Problem requirements
Once you have located the line containing "fillet(redondeo2_edges, radius=REDONDEO2_R)" in the material below, return it exactly along with each line after it through the line containing "# FreeCAD 1.0 macro for this part".

::::::::

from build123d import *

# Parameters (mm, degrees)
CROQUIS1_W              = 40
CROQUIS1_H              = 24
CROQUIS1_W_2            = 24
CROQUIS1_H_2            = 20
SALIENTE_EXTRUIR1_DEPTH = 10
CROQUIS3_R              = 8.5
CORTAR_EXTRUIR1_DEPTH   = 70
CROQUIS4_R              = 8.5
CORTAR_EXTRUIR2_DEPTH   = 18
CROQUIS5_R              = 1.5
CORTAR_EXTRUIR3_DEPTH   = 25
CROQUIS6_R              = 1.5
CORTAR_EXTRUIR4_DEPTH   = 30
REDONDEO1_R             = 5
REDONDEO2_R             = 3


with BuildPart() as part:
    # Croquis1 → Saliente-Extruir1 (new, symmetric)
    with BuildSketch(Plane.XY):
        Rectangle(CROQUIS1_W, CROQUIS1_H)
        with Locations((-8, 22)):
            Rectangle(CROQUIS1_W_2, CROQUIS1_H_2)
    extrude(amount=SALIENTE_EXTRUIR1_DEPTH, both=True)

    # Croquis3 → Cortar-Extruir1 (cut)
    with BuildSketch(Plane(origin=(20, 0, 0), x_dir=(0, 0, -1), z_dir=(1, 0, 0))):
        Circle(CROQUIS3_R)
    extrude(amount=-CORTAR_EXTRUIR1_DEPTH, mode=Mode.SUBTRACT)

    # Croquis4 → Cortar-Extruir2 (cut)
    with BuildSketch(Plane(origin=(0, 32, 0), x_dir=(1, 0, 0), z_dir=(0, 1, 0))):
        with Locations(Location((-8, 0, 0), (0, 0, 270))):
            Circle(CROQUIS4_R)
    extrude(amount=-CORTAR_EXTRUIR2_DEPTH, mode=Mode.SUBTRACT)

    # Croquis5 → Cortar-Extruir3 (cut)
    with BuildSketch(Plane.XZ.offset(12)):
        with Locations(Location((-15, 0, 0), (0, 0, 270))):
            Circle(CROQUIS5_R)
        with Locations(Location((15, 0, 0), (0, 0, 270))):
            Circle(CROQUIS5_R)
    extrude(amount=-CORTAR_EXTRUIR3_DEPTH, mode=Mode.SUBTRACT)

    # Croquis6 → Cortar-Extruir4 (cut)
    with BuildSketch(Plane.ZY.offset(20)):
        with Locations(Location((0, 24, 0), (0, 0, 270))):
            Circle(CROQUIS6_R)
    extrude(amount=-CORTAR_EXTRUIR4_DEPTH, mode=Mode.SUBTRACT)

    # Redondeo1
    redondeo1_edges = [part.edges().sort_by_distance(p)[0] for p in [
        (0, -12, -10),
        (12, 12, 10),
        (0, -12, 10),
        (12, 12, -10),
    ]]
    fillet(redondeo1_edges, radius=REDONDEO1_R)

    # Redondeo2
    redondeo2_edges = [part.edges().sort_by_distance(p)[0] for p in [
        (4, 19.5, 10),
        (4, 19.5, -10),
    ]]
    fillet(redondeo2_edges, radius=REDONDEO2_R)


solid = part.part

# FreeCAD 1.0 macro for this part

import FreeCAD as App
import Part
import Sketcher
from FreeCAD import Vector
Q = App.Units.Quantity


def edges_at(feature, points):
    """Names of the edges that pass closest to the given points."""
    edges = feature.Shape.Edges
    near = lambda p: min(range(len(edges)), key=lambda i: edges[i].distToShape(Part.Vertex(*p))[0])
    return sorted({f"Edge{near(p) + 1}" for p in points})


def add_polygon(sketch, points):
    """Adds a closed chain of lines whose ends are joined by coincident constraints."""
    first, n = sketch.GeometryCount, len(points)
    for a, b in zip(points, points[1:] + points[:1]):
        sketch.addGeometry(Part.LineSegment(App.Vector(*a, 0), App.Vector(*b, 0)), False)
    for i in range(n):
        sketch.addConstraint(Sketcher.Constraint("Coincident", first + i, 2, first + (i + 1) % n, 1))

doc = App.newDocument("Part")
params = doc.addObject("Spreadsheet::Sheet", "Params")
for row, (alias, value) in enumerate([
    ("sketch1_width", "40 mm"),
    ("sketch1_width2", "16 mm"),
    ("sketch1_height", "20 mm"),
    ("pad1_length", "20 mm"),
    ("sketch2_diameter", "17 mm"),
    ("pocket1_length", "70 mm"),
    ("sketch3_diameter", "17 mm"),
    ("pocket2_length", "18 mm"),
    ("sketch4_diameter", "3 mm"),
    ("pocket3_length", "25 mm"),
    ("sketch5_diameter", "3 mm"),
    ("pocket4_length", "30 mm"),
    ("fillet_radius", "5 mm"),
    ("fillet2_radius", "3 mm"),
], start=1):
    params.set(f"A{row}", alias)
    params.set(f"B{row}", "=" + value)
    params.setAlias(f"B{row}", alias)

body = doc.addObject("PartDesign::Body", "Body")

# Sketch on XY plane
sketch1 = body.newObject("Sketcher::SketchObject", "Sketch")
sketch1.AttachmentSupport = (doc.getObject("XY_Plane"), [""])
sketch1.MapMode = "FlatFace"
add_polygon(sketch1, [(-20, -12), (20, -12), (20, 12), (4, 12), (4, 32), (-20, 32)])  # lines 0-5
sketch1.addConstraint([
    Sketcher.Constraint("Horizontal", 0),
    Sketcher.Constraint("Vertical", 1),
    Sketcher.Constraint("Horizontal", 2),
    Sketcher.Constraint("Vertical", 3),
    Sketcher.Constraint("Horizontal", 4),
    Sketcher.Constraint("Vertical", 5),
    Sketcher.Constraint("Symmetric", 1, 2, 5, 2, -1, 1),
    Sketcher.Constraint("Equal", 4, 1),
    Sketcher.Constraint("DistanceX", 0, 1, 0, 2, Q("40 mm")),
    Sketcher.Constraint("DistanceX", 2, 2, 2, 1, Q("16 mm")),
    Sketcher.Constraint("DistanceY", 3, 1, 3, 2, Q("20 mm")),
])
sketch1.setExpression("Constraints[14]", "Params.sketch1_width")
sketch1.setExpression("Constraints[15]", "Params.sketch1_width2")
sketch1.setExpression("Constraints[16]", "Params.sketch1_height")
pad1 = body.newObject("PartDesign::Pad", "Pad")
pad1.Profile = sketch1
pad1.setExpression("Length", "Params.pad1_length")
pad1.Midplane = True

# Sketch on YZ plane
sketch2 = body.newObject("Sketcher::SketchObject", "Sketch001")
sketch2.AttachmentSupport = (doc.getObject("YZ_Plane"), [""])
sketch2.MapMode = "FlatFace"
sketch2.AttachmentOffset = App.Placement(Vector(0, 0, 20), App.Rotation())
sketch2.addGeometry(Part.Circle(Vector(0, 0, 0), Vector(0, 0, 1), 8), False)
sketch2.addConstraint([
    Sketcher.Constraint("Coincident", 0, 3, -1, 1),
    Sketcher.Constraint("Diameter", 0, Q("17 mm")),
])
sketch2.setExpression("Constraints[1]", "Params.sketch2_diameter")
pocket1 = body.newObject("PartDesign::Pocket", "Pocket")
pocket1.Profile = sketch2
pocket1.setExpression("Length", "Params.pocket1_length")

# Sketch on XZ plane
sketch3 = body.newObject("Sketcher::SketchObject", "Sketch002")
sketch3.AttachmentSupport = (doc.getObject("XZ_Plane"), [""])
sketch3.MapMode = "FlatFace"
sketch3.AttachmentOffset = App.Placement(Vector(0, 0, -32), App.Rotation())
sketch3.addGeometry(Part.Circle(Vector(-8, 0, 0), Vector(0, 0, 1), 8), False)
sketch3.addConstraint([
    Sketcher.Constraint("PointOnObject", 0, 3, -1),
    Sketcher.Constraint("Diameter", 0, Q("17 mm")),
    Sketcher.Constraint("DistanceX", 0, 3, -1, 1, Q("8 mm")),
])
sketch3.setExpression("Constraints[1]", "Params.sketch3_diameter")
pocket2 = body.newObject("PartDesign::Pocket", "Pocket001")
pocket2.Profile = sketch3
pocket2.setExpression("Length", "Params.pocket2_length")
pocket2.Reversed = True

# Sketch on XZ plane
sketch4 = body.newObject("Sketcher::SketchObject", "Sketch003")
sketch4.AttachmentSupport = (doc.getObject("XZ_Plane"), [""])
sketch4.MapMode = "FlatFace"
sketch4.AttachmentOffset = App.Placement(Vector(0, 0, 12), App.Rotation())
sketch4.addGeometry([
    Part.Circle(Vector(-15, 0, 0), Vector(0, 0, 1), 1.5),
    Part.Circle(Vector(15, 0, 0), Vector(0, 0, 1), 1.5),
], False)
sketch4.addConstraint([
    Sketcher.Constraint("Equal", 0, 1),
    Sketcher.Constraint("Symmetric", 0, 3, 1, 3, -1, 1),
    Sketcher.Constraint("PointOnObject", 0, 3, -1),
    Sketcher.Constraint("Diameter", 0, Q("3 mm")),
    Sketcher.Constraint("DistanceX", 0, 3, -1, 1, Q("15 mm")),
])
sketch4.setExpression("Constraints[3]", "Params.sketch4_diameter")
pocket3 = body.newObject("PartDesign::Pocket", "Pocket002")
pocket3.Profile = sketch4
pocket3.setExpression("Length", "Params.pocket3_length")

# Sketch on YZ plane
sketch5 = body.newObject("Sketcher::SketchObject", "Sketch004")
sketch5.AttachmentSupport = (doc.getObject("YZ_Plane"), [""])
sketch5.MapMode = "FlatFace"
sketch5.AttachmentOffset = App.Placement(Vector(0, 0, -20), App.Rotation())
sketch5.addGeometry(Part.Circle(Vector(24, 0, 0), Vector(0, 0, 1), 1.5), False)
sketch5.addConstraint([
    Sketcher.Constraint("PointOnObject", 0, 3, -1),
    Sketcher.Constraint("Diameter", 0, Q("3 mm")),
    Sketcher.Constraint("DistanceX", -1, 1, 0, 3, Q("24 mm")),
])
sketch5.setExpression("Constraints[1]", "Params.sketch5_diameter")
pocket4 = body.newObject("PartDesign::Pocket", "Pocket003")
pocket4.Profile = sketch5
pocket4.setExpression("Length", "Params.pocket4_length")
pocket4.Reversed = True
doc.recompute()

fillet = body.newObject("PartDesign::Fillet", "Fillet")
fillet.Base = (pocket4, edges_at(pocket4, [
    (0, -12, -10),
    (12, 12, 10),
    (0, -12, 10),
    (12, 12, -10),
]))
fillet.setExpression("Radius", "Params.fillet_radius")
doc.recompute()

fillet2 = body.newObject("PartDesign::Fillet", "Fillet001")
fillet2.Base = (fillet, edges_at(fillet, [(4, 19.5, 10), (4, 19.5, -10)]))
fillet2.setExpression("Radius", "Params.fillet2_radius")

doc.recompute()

::::::::

Exercise result
    fillet(redondeo2_edges, radius=REDONDEO2_R)


solid = part.part

# FreeCAD 1.0 macro for this part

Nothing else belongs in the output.